Aim of the task
Copy out every line from the records that includes "ThreePointArc".

-=-=-

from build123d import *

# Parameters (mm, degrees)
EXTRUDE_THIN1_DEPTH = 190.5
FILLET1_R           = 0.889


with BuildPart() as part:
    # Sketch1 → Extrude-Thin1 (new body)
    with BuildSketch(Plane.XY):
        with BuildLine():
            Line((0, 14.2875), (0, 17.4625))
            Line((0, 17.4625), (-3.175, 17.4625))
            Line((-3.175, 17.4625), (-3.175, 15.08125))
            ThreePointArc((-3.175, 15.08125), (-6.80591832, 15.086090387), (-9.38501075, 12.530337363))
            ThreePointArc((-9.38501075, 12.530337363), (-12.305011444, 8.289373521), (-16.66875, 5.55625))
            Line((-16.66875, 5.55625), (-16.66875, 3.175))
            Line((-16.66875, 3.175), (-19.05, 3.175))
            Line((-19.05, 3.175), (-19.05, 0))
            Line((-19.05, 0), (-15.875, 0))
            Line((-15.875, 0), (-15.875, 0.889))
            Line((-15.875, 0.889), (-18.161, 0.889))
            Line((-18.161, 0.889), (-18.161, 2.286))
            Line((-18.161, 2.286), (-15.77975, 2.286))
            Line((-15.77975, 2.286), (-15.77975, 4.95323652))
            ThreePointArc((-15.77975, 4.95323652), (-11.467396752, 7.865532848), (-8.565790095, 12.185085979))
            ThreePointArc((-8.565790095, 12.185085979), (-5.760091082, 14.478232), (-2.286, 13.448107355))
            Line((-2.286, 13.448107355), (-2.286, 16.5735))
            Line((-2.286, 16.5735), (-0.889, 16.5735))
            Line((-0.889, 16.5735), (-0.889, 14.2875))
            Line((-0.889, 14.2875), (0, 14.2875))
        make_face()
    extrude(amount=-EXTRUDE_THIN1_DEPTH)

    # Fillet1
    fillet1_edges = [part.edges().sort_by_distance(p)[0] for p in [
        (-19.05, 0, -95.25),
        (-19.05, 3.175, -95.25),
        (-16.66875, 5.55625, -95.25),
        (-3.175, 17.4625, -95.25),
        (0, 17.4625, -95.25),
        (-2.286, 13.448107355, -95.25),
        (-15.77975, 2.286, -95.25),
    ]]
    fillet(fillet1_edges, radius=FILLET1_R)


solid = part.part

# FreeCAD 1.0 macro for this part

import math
import FreeCAD as App
import Part
import Sketcher

V = App.Vector
Q = App.Units.Quantity


def edges_at(feature, points):
    """Names of the edges that pass closest to the given points."""
    edges = feature.Shape.Edges
    near = lambda p: min(range(len(edges)), key=lambda i: edges[i].distToShape(Part.Vertex(*p))[0])
    return sorted({f"Edge{near(p) + 1}" for p in points})

doc = App.newDocument("Part")
body = doc.addObject("PartDesign::Body", "Body")

sketch1 = body.newObject("Sketcher::SketchObject", "Sketch")
sketch1.AttachmentSupport = (doc.getObject("XY_Plane"), [""])
sketch1.MapMode = "FlatFace"
sketch1.addGeometry([
    Part.LineSegment(V(0, 14.3, 0), V(0, 17.5, 0)),
    Part.LineSegment(V(0, 17.5, 0), V(-3.2, 17.5, 0)),
    Part.LineSegment(V(-3.2, 17.5, 0), V(-3.2, 15.1, 0)),
    Part.ArcOfCircle(Part.Circle(V(-5, 10.7, 0), V(0, 0, 1), 4.8), math.radians(68), math.radians(157)),
    Part.ArcOfCircle(Part.Circle(V(-21.1, 17.5, 0), V(0, 0, 1), 12.7), math.radians(-70), math.radians(-23)),
    Part.LineSegment(V(-16.7, 5.6, 0), V(-16.7, 3.2, 0)),
    Part.LineSegment(V(-16.7, 3.2, 0), V(-19.1, 3.2, 0)),
    Part.LineSegment(V(-19.1, 3.2, 0), V(-19.1, 0, 0)),
    Part.LineSegment(V(-19.1, 0, 0), V(-15.9, 0, 0)),
    Part.LineSegment(V(-15.9, 0, 0), V(-15.9, 0.9, 0)),
    Part.LineSegment(V(-15.9, 0.9, 0), V(-18.2, 0.9, 0)),
    Part.LineSegment(V(-18.2, 0.9, 0), V(-18.2, 2.3, 0)),
    Part.LineSegment(V(-18.2, 2.3, 0), V(-15.8, 2.3, 0)),
    Part.LineSegment(V(-15.8, 2.3, 0), V(-15.8, 5, 0)),
    Part.ArcOfCircle(Part.Circle(V(-21.1, 17.5, 0), V(0, 0, 1), 13.6), math.radians(-67), math.radians(-23)),
    Part.ArcOfCircle(Part.Circle(V(-5, 10.7, 0), V(0, 0, 1), 3.9), math.radians(46), math.radians(157)),
    Part.LineSegment(V(-2.3, 13.4, 0), V(-2.3, 16.6, 0)),
    Part.LineSegment(V(-2.3, 16.6, 0), V(-0.9, 16.6, 0)),
    Part.LineSegment(V(-0.9, 16.6, 0), V(-0.9, 14.3, 0)),
    Part.LineSegment(V(-0.9, 14.3, 0), V(0, 14.3, 0)),
], False)
sketch1.addConstraint([
    Sketcher.Constraint("Coincident", 0, 2, 1, 1),
    Sketcher.Constraint("Coincident", 1, 2, 2, 1),
    Sketcher.Constraint("Coincident", 2, 2, 3, 1),
    Sketcher.Constraint("Tangent", 3, 2, 4, 2),
    Sketcher.Constraint("Coincident", 4, 1, 5, 1),
    Sketcher.Constraint("Coincident", 5, 2, 6, 1),
    Sketcher.Constraint("Coincident", 6, 2, 7, 1),
    Sketcher.Constraint("Coincident", 7, 2, 8, 1),
    Sketcher.Constraint("Coincident", 8, 2, 9, 1),
    Sketcher.Constraint("Coincident", 9, 2, 10, 1),
    Sketcher.Constraint("Coincident", 10, 2, 11, 1),
    Sketcher.Constraint("Coincident", 11, 2, 12, 1),
    Sketcher.Constraint("Coincident", 12, 2, 13, 1),
    Sketcher.Constraint("Coincident", 13, 2, 14, 1),
    Sketcher.Constraint("Tangent", 14, 2, 15, 2),
    Sketcher.Constraint("Coincident", 15, 1, 16, 1),
    Sketcher.Constraint("Coincident", 16, 2, 17, 1),
    Sketcher.Constraint("Coincident", 17, 2, 18, 1),
    Sketcher.Constraint("Coincident", 18, 2, 19, 1),
    Sketcher.Constraint("Coincident", 19, 2, 0, 1),
    Sketcher.Constraint("Vertical", 0),
    Sketcher.Constraint("Horizontal", 1),
    Sketcher.Constraint("Vertical", 2),
    Sketcher.Constraint("Vertical", 5),
    Sketcher.Constraint("Horizontal", 6),
    Sketcher.Constraint("Vertical", 7),
    Sketcher.Constraint("Horizontal", 8),
    Sketcher.Constraint("Vertical", 9),
    Sketcher.Constraint("Horizontal", 10),
    Sketcher.Constraint("Vertical", 11),
    Sketcher.Constraint("Horizontal", 12),
    Sketcher.Constraint("Vertical", 13),
    Sketcher.Constraint("Vertical", 16),
    Sketcher.Constraint("Horizontal", 17),
    Sketcher.Constraint("Vertical", 18),
    Sketcher.Constraint("Horizontal", 19),
    Sketcher.Constraint("Coincident", 14, 3, 4, 3),
    Sketcher.Constraint("Coincident", 15, 3, 3, 3),
    Sketcher.Constraint("PointOnObject", 0, 2, -2),
    Sketcher.Constraint("PointOnObject", 7, 2, -1),
    Sketcher.Constraint("Horizontal", 14, 3, 0, 2),
    Sketcher.Constraint("Equal", 1, 8),
    Sketcher.Constraint("Equal", 6, 12),
    Sketcher.Constraint("Equal", 8, 0),
    Sketcher.Constraint("Equal", 12, 2),
    Sketcher.Constraint("Equal", 2, 5),
    Sketcher.Constraint("Equal", 0, 7),
    Sketcher.Constraint("Equal", 19, 9),
    Sketcher.Constraint("Equal", 17, 11),
    Sketcher.Constraint("Equal", 10, 18),
    Sketcher.Constraint("Radius", 4, Q("0.5 in")),
    Sketcher.Constraint("Radius", 3, Q("0.1875 in")),
    Sketcher.Constraint("Radius", 14, Q("0.535 in")),
    Sketcher.Constraint("DistanceX", 10, 2, 10, 1, Q("0.09 in")),
    Sketcher.Constraint("DistanceX", 1, 2, 1, 1, Q("0.125 in")),
    Sketcher.Constraint("DistanceX", 6, 2, 6, 1, Q("0.09375 in")),
    Sketcher.Constraint("DistanceX", 17, 1, 17, 2, Q("0.055 in")),
    Sketcher.Constraint("DistanceX", 19, 1, 19, 2, Q("0.035 in")),
    Sketcher.Constraint("DistanceX", 6, 2, -1, 1, Q("0.75 in")),
    Sketcher.Constraint("DistanceY", -1, 1, 4, 3, Q("0.6875 in")),
])
pad1 = body.newObject("PartDesign::Pad", "Pad")
pad1.Profile = sketch1
pad1.Length = Q("7.5 in")
pad1.Reversed = True
doc.recompute()

fillet = body.newObject("PartDesign::Fillet", "Fillet")
fillet.Base = (pad1, edges_at(pad1, [
    (-19.05, 0, -95.25),
    (-19.05, 3.175, -95.25),
    (-16.669, 5.556, -95.25),
    (-3.175, 17.462, -95.25),
    (0, 17.462, -95.25),
    (-2.286, 13.448, -95.25),
    (-15.78, 2.286, -95.25),
]))
fillet.Radius = Q("0.035 in")

doc.recompute()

-=-=-

Exercise answer
            ThreePointArc((-3.175, 15.08125), (-6.80591832, 15.086090387), (-9.38501075, 12.530337363))
            ThreePointArc((-9.38501075, 12.530337363), (-12.305011444, 8.289373521), (-16.66875, 5.55625))
            ThreePointArc((-15.77975, 4.95323652), (-11.467396752, 7.865532848), (-8.565790095, 12.185085979))
            ThreePointArc((-8.565790095, 12.185085979), (-5.760091082, 14.478232), (-2.286, 13.448107355))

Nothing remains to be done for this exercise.